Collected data

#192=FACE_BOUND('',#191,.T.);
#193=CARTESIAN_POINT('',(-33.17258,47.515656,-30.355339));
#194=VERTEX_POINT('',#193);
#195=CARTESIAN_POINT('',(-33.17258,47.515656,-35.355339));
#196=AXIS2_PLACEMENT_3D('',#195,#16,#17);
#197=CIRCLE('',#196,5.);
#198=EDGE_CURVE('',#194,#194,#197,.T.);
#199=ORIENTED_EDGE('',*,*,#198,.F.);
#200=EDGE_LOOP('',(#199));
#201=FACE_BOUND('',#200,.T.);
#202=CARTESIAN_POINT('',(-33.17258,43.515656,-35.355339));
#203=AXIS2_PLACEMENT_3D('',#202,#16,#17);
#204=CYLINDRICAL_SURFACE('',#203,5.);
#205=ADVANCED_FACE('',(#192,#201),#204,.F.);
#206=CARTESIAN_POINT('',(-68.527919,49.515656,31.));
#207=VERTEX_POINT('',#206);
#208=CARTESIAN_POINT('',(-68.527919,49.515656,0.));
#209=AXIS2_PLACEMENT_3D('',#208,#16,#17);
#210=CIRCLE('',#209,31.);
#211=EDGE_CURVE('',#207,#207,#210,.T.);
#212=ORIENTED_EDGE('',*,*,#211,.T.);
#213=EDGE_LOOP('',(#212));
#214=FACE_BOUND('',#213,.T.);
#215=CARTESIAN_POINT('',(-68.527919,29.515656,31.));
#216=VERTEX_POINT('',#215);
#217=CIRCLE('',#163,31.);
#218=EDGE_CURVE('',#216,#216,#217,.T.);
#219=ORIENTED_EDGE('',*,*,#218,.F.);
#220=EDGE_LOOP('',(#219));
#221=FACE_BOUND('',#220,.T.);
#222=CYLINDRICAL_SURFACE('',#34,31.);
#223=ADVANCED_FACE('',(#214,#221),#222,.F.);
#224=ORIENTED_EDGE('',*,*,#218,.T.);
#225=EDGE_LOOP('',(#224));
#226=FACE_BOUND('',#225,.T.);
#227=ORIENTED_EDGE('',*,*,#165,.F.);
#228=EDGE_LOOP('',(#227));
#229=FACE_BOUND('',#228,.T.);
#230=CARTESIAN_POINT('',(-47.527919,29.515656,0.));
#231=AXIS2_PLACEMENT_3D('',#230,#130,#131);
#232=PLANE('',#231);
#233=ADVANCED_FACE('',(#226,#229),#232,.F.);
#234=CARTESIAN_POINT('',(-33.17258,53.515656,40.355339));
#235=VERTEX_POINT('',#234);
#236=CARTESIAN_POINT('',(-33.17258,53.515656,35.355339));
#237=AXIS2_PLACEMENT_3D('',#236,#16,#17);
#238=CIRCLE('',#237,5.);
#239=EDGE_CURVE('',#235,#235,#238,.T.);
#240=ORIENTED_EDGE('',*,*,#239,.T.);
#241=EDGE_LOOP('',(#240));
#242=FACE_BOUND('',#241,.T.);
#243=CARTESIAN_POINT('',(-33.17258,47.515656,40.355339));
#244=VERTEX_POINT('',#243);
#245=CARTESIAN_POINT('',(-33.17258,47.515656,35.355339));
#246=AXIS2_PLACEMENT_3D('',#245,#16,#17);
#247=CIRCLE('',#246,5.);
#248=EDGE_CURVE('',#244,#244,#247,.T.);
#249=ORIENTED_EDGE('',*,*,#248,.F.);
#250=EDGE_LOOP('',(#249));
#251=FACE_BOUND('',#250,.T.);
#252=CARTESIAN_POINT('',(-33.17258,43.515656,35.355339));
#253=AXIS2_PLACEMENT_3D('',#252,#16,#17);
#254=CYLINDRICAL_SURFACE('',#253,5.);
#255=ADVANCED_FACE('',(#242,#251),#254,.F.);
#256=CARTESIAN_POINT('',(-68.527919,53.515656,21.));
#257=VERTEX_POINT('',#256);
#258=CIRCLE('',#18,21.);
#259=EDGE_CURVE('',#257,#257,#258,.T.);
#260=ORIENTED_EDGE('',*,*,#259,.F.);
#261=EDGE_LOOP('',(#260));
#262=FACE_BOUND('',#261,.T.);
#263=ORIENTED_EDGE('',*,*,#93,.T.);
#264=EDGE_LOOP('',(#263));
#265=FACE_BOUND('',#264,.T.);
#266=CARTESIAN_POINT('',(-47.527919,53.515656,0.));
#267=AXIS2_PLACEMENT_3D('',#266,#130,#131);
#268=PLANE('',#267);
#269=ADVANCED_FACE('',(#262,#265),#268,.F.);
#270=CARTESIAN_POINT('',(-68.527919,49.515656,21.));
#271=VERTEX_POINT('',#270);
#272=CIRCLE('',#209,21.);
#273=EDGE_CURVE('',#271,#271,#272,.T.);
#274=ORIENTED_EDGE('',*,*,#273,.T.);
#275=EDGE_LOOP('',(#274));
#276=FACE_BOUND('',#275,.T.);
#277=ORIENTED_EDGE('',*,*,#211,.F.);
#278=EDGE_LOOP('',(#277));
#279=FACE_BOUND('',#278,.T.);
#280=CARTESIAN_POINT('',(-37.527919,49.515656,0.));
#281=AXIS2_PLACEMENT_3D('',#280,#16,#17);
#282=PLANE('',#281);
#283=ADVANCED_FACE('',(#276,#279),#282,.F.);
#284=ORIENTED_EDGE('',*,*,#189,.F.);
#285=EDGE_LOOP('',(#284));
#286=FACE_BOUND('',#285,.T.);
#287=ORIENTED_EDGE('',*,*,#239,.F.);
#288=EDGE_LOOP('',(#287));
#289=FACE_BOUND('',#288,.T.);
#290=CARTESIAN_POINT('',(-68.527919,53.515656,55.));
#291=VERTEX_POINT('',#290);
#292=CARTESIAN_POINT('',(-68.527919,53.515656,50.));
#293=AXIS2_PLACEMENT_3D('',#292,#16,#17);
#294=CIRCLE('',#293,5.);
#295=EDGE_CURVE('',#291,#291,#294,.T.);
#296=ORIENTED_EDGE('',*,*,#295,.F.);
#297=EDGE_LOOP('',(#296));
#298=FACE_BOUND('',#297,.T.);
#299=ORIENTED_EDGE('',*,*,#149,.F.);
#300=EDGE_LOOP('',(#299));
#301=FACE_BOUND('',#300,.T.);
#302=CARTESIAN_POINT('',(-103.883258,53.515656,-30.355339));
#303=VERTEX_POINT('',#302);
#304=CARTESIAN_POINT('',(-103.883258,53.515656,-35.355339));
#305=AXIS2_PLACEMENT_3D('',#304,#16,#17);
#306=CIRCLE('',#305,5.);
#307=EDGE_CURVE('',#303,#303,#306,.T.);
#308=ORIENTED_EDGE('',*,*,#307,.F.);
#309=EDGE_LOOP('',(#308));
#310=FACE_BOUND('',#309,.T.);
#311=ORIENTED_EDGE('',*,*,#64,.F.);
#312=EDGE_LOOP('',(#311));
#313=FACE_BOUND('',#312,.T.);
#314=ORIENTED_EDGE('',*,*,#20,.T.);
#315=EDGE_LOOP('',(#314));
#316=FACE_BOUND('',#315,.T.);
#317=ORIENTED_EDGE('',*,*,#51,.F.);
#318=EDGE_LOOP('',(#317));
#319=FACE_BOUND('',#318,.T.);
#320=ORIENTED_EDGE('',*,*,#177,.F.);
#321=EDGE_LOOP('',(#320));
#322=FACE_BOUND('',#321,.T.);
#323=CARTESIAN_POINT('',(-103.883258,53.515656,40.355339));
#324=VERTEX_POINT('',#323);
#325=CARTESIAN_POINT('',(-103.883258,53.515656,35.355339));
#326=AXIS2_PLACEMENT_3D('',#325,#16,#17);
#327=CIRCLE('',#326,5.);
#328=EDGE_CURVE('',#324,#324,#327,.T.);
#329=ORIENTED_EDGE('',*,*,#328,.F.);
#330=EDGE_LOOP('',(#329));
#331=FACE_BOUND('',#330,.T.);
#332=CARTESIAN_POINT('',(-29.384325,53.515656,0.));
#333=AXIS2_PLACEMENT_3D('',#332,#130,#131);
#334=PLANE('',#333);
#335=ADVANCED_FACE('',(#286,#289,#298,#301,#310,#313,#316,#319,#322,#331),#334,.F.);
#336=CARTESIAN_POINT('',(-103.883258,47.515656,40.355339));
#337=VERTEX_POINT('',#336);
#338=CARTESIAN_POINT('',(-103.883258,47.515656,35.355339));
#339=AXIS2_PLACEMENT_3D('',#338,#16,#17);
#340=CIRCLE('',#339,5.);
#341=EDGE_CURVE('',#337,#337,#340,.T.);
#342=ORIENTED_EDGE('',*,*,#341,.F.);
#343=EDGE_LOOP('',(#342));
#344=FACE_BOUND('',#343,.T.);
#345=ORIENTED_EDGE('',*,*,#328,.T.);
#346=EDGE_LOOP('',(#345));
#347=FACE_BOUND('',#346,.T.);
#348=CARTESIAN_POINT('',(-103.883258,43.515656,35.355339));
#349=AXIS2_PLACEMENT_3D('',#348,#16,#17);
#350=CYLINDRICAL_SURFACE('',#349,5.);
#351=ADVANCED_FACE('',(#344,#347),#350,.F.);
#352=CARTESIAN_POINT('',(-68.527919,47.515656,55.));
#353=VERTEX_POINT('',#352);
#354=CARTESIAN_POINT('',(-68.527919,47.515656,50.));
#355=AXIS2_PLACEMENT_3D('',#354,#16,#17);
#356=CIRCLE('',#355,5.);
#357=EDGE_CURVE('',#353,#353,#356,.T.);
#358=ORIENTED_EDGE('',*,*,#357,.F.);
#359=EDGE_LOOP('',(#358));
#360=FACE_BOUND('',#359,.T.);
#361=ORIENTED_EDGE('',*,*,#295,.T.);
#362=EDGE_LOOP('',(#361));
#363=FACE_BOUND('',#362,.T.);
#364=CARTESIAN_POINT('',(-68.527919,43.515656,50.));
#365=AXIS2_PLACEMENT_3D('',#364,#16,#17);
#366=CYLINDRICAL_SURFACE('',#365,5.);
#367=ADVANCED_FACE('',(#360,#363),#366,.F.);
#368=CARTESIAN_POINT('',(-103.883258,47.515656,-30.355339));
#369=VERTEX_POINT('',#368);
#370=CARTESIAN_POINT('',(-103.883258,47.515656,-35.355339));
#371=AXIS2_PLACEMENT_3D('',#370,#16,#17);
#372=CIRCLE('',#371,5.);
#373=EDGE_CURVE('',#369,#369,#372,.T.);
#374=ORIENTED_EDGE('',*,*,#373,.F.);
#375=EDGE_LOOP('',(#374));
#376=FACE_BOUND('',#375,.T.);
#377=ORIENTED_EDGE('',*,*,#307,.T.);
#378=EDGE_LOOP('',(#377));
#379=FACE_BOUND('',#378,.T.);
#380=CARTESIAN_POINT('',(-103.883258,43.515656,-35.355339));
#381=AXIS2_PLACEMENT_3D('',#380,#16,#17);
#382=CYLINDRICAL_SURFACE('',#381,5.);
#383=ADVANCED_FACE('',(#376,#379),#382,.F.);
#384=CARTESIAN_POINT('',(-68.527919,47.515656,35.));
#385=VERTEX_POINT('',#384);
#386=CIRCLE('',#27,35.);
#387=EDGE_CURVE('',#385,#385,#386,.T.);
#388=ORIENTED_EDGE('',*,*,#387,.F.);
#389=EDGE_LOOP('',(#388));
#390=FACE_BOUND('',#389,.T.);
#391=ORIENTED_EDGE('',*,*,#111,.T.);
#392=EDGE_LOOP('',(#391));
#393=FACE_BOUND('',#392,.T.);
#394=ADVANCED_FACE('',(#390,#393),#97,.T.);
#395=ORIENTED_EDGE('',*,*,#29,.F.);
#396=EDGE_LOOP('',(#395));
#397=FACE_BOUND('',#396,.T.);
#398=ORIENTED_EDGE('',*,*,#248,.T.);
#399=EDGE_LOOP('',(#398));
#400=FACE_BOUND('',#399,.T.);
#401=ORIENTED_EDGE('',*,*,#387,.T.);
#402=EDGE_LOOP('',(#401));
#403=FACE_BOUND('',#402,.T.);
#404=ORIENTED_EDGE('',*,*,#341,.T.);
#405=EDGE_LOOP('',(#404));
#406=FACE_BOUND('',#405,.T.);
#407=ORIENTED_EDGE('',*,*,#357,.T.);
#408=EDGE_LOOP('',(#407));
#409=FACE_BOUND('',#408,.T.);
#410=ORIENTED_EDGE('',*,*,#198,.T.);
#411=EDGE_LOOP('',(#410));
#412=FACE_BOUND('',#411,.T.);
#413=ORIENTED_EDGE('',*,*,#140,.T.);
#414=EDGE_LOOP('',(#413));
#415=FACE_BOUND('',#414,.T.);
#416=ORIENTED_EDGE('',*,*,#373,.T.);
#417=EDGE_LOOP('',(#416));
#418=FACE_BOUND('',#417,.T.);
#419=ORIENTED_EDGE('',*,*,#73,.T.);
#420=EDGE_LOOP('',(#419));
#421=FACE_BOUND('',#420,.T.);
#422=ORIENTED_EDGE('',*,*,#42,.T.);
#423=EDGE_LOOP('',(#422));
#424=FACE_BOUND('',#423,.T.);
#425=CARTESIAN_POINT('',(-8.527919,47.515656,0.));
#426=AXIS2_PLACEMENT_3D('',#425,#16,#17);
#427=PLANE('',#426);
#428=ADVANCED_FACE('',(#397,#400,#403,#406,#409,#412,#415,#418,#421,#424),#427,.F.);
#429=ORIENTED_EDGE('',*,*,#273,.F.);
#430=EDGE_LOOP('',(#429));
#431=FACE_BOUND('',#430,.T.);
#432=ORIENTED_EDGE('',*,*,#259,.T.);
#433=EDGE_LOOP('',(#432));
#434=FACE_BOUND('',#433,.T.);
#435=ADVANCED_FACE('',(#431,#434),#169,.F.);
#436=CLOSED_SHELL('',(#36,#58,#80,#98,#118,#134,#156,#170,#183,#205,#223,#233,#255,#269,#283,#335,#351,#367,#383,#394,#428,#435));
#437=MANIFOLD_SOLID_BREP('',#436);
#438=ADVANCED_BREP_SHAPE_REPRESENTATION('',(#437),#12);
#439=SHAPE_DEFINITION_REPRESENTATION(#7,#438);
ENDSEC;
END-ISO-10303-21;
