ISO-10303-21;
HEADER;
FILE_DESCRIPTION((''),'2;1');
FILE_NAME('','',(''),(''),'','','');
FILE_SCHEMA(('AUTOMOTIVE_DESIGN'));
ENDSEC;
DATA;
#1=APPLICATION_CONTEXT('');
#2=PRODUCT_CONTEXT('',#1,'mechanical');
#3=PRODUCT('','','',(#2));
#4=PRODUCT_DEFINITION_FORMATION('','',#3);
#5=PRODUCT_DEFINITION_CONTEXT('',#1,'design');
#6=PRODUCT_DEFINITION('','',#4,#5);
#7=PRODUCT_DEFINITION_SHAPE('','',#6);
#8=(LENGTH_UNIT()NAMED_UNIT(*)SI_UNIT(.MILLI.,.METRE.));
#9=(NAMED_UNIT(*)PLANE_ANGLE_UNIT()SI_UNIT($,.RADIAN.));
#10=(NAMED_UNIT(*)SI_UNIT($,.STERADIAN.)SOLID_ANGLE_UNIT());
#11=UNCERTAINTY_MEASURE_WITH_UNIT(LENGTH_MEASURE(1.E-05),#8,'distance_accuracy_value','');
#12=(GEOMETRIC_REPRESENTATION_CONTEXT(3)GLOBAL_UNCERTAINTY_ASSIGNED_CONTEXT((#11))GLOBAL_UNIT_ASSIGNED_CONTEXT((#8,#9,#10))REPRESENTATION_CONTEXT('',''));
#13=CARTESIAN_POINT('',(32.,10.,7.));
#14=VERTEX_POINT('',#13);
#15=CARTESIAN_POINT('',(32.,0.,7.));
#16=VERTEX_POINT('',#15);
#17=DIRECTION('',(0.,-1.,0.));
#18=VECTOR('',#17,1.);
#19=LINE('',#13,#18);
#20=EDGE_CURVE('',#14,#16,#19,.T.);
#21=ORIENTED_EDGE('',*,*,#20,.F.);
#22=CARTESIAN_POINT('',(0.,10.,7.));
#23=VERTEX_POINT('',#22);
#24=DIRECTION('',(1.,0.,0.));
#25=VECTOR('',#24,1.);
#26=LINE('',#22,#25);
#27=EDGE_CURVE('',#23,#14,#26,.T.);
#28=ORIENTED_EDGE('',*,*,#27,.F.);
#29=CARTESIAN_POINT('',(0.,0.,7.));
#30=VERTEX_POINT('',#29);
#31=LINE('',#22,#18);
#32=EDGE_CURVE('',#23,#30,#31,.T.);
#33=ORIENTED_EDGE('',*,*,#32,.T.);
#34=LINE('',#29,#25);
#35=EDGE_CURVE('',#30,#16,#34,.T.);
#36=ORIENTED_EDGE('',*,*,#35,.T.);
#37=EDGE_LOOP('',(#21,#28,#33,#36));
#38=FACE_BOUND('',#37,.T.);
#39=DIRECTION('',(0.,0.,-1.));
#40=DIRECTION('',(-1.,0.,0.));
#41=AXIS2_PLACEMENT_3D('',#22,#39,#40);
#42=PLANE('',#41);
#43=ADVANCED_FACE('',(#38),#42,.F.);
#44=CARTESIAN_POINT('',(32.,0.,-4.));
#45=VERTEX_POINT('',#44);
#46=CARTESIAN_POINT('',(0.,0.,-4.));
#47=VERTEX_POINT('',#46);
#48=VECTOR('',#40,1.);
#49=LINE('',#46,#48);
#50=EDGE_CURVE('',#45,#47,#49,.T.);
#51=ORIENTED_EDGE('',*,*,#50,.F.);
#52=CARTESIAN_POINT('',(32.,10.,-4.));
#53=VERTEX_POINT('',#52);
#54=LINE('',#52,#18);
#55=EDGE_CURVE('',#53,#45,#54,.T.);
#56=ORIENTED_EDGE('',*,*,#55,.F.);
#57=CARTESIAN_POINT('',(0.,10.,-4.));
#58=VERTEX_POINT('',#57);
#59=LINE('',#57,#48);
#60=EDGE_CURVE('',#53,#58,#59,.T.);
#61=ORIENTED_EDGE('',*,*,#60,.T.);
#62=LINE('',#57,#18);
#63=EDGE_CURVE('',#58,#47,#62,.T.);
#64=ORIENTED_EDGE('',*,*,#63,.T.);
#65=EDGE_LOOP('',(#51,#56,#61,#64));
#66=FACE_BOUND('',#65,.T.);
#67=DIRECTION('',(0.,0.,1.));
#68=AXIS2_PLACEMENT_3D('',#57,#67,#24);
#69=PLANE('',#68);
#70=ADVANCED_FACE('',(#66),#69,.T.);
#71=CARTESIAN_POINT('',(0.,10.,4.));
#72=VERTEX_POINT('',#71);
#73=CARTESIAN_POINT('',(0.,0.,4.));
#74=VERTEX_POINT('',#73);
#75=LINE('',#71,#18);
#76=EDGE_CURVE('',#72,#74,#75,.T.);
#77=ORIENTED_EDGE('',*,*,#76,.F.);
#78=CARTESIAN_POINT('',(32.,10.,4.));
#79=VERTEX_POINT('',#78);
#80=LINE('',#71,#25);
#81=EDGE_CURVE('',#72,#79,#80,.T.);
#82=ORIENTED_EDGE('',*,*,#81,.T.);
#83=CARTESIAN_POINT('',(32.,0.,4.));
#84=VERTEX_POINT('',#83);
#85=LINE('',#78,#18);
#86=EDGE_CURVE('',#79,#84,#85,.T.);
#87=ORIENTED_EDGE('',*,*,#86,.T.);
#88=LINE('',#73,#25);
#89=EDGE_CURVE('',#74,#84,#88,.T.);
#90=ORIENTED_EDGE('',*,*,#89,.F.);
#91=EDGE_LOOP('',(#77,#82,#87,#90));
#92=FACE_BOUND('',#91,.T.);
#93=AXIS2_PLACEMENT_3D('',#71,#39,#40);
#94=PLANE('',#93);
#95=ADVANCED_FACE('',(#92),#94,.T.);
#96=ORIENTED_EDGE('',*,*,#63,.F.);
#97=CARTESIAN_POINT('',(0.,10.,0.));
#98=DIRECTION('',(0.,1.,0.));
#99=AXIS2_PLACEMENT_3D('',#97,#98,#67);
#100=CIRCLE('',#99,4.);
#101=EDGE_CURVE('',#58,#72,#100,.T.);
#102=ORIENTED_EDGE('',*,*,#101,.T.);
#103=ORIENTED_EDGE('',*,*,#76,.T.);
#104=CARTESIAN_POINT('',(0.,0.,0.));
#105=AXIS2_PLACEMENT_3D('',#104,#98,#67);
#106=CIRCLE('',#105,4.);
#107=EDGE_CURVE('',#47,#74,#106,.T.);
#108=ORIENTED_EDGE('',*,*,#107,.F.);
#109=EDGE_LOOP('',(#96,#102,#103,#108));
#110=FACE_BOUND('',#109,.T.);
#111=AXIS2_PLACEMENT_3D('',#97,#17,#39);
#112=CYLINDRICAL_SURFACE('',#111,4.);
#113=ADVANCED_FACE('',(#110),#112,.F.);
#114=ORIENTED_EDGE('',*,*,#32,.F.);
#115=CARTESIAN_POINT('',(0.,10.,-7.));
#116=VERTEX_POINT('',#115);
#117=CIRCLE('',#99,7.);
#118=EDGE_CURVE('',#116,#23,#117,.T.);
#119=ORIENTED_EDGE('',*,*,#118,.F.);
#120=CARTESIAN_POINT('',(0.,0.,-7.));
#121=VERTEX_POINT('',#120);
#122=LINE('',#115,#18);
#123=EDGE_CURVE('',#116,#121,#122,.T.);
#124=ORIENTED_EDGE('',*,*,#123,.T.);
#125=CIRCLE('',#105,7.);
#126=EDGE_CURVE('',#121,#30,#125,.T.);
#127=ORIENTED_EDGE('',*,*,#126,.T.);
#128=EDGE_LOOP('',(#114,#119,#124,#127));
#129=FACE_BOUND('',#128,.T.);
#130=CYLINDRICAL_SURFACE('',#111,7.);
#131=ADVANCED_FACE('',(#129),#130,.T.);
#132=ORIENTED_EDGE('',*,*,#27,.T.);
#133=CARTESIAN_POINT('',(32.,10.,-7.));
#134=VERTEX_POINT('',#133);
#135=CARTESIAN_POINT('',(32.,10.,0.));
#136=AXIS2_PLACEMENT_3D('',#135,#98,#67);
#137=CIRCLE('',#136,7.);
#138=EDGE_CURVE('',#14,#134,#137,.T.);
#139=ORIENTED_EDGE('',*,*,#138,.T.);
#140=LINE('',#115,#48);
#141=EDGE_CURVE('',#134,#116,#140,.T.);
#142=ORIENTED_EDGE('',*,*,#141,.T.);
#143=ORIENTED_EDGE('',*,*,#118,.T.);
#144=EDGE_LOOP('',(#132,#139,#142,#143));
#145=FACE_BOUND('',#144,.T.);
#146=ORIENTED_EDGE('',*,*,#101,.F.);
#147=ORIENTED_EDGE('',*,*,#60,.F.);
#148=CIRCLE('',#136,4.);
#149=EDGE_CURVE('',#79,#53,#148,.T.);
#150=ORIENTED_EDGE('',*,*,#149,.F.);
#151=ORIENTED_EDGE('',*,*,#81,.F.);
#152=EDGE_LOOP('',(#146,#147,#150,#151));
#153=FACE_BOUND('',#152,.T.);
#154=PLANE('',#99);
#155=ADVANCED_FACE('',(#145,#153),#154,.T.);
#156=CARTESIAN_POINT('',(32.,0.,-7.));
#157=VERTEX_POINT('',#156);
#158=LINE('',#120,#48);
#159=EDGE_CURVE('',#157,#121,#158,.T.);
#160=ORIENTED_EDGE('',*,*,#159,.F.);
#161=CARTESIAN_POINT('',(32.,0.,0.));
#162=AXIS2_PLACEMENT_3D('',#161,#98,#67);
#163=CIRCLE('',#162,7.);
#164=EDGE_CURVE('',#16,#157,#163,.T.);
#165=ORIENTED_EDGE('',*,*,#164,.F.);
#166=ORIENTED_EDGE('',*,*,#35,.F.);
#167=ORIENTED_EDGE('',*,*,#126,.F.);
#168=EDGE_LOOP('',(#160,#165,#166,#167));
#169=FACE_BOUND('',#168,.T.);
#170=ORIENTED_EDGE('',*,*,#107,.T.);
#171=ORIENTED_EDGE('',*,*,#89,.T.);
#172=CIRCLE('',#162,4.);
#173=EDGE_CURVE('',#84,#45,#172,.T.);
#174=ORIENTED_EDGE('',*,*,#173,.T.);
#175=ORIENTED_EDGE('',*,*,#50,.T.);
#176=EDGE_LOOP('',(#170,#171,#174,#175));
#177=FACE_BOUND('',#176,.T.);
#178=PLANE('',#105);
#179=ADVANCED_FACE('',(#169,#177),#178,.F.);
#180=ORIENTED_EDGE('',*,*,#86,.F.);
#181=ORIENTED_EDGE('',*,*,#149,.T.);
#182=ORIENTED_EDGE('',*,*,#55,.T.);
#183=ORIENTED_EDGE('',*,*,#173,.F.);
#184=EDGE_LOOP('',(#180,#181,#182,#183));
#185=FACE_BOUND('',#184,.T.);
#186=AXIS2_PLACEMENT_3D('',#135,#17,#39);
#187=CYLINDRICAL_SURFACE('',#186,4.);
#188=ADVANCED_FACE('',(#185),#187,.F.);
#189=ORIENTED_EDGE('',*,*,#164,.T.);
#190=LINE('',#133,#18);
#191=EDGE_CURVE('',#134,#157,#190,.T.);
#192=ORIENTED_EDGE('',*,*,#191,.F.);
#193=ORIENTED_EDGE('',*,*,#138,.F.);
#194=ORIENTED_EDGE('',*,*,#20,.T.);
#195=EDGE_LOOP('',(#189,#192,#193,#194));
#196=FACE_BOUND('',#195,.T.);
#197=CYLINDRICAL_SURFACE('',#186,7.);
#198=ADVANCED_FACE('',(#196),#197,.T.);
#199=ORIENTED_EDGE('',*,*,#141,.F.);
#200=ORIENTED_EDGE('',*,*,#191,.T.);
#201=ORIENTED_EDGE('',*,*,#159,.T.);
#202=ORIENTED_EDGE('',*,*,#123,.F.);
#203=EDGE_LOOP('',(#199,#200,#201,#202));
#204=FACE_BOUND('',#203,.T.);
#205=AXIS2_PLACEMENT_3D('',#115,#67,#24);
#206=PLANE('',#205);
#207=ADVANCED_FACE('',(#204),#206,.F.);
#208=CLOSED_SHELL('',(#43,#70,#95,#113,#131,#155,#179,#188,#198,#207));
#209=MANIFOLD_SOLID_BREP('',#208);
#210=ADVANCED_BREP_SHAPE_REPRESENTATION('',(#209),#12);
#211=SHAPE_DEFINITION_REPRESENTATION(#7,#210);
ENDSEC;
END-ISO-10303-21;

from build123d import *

# Parameters (mm, degrees)
DODANIE_WYCI_GNI_CIE1_DEPTH = 10


with BuildPart() as part:
    # Szkic2 → Dodanie-wyciągnięcie1 (new body)
    with BuildSketch(Plane(origin=(0, 0, 0), x_dir=(1, 0, 0), z_dir=(0, 1, 0))):
        with BuildLine():
            Line((0, 7), (32, 7))
            ThreePointArc((32, 7), (39, 0), (32, -7))
            Line((32, -7), (0, -7))
            ThreePointArc((0, -7), (-7, 0), (0, 7))
        make_face()
        with BuildLine():
            Line((0, 4), (32, 4))
            ThreePointArc((32, 4), (36, 0), (32, -4))
            Line((32, -4), (0, -4))
            ThreePointArc((0, -4), (-4, 0), (0, 4))
        make_face(mode=Mode.SUBTRACT)
    extrude(amount=DODANIE_WYCI_GNI_CIE1_DEPTH)


solid = part.part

REQUIREMENT: Transcribe only the lines from the beginning of the entries to the line with "#200=EDGE_LOOP('',(#199));", inclusive, exactly as written.

ANSWER SPACE:
#192=FACE_BOUND('',#191,.T.);
#193=CARTESIAN_POINT('',(-33.17258,47.515656,-30.355339));
#194=VERTEX_POINT('',#193);
#195=CARTESIAN_POINT('',(-33.17258,47.515656,-35.355339));
#196=AXIS2_PLACEMENT_3D('',#195,#16,#17);
#197=CIRCLE('',#196,5.);
#198=EDGE_CURVE('',#194,#194,#197,.T.);
#199=ORIENTED_EDGE('',*,*,#198,.F.);
#200=EDGE_LOOP('',(#199));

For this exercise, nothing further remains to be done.